Hi, Story: Fiction as a tool for lateral thinking
GCSP Director Ambassador Christian Dussey believes in learning from history — the obvious intersection between International Relations and story. As Churchill put it, “The farther back you can look, the farther forward you are likely to see.” So how about using fiction as a means of looking sideways?
The key area of convergence between writing fiction and the work of GCSP is conflict. If it weren’t for conflict, we would both be out of business. Conflict is the fuel of fiction (and defence budgets). No friction, no fiction. At least, nothing readable.
Going beyond the contribution of the arts to soft power, how would a storyteller make decisions? I will examine the question with a trusty storytelling device: beginning, middle and end.
In the Beginning
Frequent advice on structuring stories runs like this. Act 1: Put your character in a tree. Act 2: Throw stones at her (and light the tree on fire). Act 3: Get her out of there. These are broad strokes. How do you come up with the dastardly details? Further advice for storytellers reads very nearly like preparation for political advisors, with the subtle difference of a word. Ah, words.
The novelist plans, while the advisor plans for, everything that can go wrong to go wrong. It’s strategic foresight. In the real world, this is where many solutions can be found before a situation develops. For instance, thinking like a novelist, policymakers could have asked: What potential troubles could arise from sending Iraqi security forces home? Ah. While brilliant minds are capable of recognising these threats entirely unaided, fiction can stretch, or add a little colour to the grey matter.
Whereas the state wants to pre-empt complications, of course, the novelist wants to prolong them, so let’s leave the advice at that…
The Muddy Middle
In order for our readers to care about our hero’s incredible ordeals, they need to care about our hero. They need to empathise. This is a key skill for policymakers.
We’ve been talking about ‘heroes’. While fiction necessitates a narrow cast of actors, often a likeable hero and a villain we love to hate, and of course reality is much more complex … Wait, is it? Often not in its portrayal.
At the 20th anniversary celebration of GCSP, Associate Fellows, journalists Souad Mekhennet and Janine di Giovanni, concurred that by presenting heroes and villains, the media has done a lot of damage. Take, for instance, the portrayal of the Arab Spring as a democratic uprising when most people would have been satisfied simply with an improvement to health care.
If both approaches suffer from the same symptoms, how does fiction help? Unlike journalism, reading fiction builds empathy by getting into the heads of people different from ourselves. If, say, policymakers had paused to consider how Iraqi security forces felt about being sent home (character motivations), perhaps we would have come to similar foresight as we did in exercise 1 (plot complications).
Soldiers are feeling shamed, so they might act to boost their bruised masculinity. They could beat their wives… They could form militias… Ah.

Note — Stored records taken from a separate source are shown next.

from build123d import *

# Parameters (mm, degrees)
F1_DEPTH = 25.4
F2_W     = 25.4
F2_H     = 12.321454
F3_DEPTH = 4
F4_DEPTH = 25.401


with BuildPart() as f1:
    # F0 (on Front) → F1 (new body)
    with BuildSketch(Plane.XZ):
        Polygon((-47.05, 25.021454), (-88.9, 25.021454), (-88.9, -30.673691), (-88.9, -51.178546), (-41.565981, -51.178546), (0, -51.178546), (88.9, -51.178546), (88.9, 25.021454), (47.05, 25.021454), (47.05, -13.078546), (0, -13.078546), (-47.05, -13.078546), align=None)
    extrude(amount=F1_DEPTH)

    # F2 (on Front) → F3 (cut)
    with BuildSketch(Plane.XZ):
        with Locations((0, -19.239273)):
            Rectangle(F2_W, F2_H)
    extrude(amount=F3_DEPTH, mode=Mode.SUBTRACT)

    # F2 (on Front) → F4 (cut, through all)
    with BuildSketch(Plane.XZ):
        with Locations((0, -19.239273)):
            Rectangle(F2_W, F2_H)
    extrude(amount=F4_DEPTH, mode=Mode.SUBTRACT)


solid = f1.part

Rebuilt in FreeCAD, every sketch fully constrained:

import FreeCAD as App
import Part
import Sketcher

V = App.Vector
Q = App.Units.Quantity

doc = App.newDocument("Part")
body = doc.addObject("PartDesign::Body", "Body")

# Sketch on XZ plane
sketch1 = body.newObject("Sketcher::SketchObject", "Sketch")
sketch1.AttachmentSupport = (doc.getObject("XZ_Plane"), [""])
sketch1.MapMode = "FlatFace"
sketch1.addGeometry([
    Part.LineSegment(V(-47, 25, 0), V(-89, 25, 0)),  # 0
    Part.LineSegment(V(-89, 25, 0), V(-89, -51, 0)),  # 1
    Part.LineSegment(V(-89, -51, 0), V(89, -51, 0)),  # 2
    Part.LineSegment(V(89, -51, 0), V(89, 25, 0)),  # 3
    Part.LineSegment(V(89, 25, 0), V(47, 25, 0)),  # 4
    Part.LineSegment(V(47, 25, 0), V(47, -13, 0)),  # 5
    Part.LineSegment(V(47, -13, 0), V(-47, -13, 0)),  # 6
    Part.LineSegment(V(-47, -13, 0), V(-47, 25, 0)),  # 7
], False)
sketch1.addConstraint([
    Sketcher.Constraint("Coincident", 0, 2, 1, 1),
    Sketcher.Constraint("Coincident", 1, 2, 2, 1),
    Sketcher.Constraint("Coincident", 2, 2, 3, 1),
    Sketcher.Constraint("Coincident", 3, 2, 4, 1),
    Sketcher.Constraint("Coincident", 4, 2, 5, 1),
    Sketcher.Constraint("Coincident", 5, 2, 6, 1),
    Sketcher.Constraint("Coincident", 6, 2, 7, 1),
    Sketcher.Constraint("Coincident", 7, 2, 0, 1),
    Sketcher.Constraint("Horizontal", 0),
    Sketcher.Constraint("Vertical", 1),
    Sketcher.Constraint("Horizontal", 2),
    Sketcher.Constraint("Vertical", 3),
    Sketcher.Constraint("Horizontal", 4),
    Sketcher.Constraint("Vertical", 5),
    Sketcher.Constraint("Horizontal", 6),
    Sketcher.Constraint("Vertical", 7),
    Sketcher.Constraint("Symmetric", 0, 2, 3, 2, -2),
    Sketcher.Constraint("Equal", 0, 4),
    Sketcher.Constraint("DistanceX", 2, 1, 2, 2, Q("7 in")),
    Sketcher.Constraint("DistanceY", 1, 2, 1, 1, Q("3 in")),
    Sketcher.Constraint("DistanceY", 5, 2, 5, 1, Q("1.5 in")),
    Sketcher.Constraint("DistanceX", 0, 2, 0, 1, 41.85),
    Sketcher.Constraint("DistanceY", -1, 1, 0, 2, 25.021454),
])
pad1 = body.newObject("PartDesign::Pad", "Pad")
pad1.Profile = sketch1
pad1.Length = Q("1 in")

# Sketch on XZ plane
sketch2 = body.newObject("Sketcher::SketchObject", "Sketch001")
sketch2.AttachmentSupport = (doc.getObject("XZ_Plane"), [""])
sketch2.MapMode = "FlatFace"
sketch2.addGeometry([
    Part.LineSegment(V(-13, -13, 0), V(-13, -25, 0)),
    Part.LineSegment(V(-13, -25, 0), V(13, -25, 0)),
    Part.LineSegment(V(13, -25, 0), V(13, -13, 0)),
    Part.LineSegment(V(13, -13, 0), V(-13, -13, 0)),
], False)
sketch2.addConstraint([
    Sketcher.Constraint("Coincident", 0, 2, 1, 1),
    Sketcher.Constraint("Coincident", 1, 2, 2, 1),
    Sketcher.Constraint("Coincident", 2, 2, 3, 1),
    Sketcher.Constraint("Coincident", 3, 2, 0, 1),
    Sketcher.Constraint("Vertical", 0),
    Sketcher.Constraint("Horizontal", 1),
    Sketcher.Constraint("Vertical", 2),
    Sketcher.Constraint("Horizontal", 3),
    Sketcher.Constraint("DistanceX", 1, 1, 1, 2, Q("1 in")),
    Sketcher.Constraint("DistanceY", 0, 2, -1, 1, Q("1 in")),
    Sketcher.Constraint("DistanceX", 0, 2, -1, 1, Q("0.5 in")),
    Sketcher.Constraint("DistanceY", 0, 2, 0, 1, 12.321454),
])
pocket1 = body.newObject("PartDesign::Pocket", "Pocket")
pocket1.Profile = sketch2
pocket1.Length = 4
pocket1.Reversed = True

# Sketch on XZ plane
sketch3 = body.newObject("Sketcher::SketchObject", "Sketch002")
sketch3.AttachmentSupport = (doc.getObject("XZ_Plane"), [""])
sketch3.MapMode = "FlatFace"
sketch3.addGeometry([
    Part.LineSegment(V(-13, -13, 0), V(-13, -25, 0)),
    Part.LineSegment(V(-13, -25, 0), V(13, -25, 0)),
    Part.LineSegment(V(13, -25, 0), V(13, -13, 0)),
    Part.LineSegment(V(13, -13, 0), V(-13, -13, 0)),
], False)
sketch3.addConstraint([
    Sketcher.Constraint("Coincident", 0, 2, 1, 1),
    Sketcher.Constraint("Coincident", 1, 2, 2, 1),
    Sketcher.Constraint("Coincident", 2, 2, 3, 1),
    Sketcher.Constraint("Coincident", 3, 2, 0, 1),
    Sketcher.Constraint("Vertical", 0),
    Sketcher.Constraint("Horizontal", 1),
    Sketcher.Constraint("Vertical", 2),
    Sketcher.Constraint("Horizontal", 3),
    Sketcher.Constraint("DistanceX", 1, 1, 1, 2, Q("1 in")),
    Sketcher.Constraint("DistanceY", 0, 2, -1, 1, Q("1 in")),
    Sketcher.Constraint("DistanceX", 0, 2, -1, 1, Q("0.5 in")),
    Sketcher.Constraint("DistanceY", 0, 2, 0, 1, 12.321454),
])
pocket2 = body.newObject("PartDesign::Pocket", "Pocket001")
pocket2.Profile = sketch3
pocket2.Type = "ThroughAll"
pocket2.Reversed = True

doc.recompute()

The point about empathy is understanding the essential principle that everyone is the hero of their own story. This awakens us to the fact that everyone has a story, a story conducive to — or even incompatible with — participation in the state.
Revelation preludes Resolution, the End
Finally, for happy readers and citizens, we need a creative resolution to our problems. Often accompanying our story’s climax and hence paving the way for a resolution is a revelation. The hero realises she must change a mindset or behaviour in order to succeed. If she changes, we have a happy ending. If she fails, it’s a tragedy.
The same thing happens in the real world. As Shakespeare said: “to hold, as ‘t were, the mirror the nature,” and make sense of it all. If only diplomacy would learn the same lessons.
To end diplomatic stalemates and avert future tragedies, consider applying for the course.
The GCSP’s motto is ‘Where knowledge meets experience’. The goal of this marriage is wisdom (or ‘strategic intelligence’.) By reading non-fiction, you arrive, if you’re lucky, at knowledge. By reading fiction and thinking like a writer, you could arrive at understanding.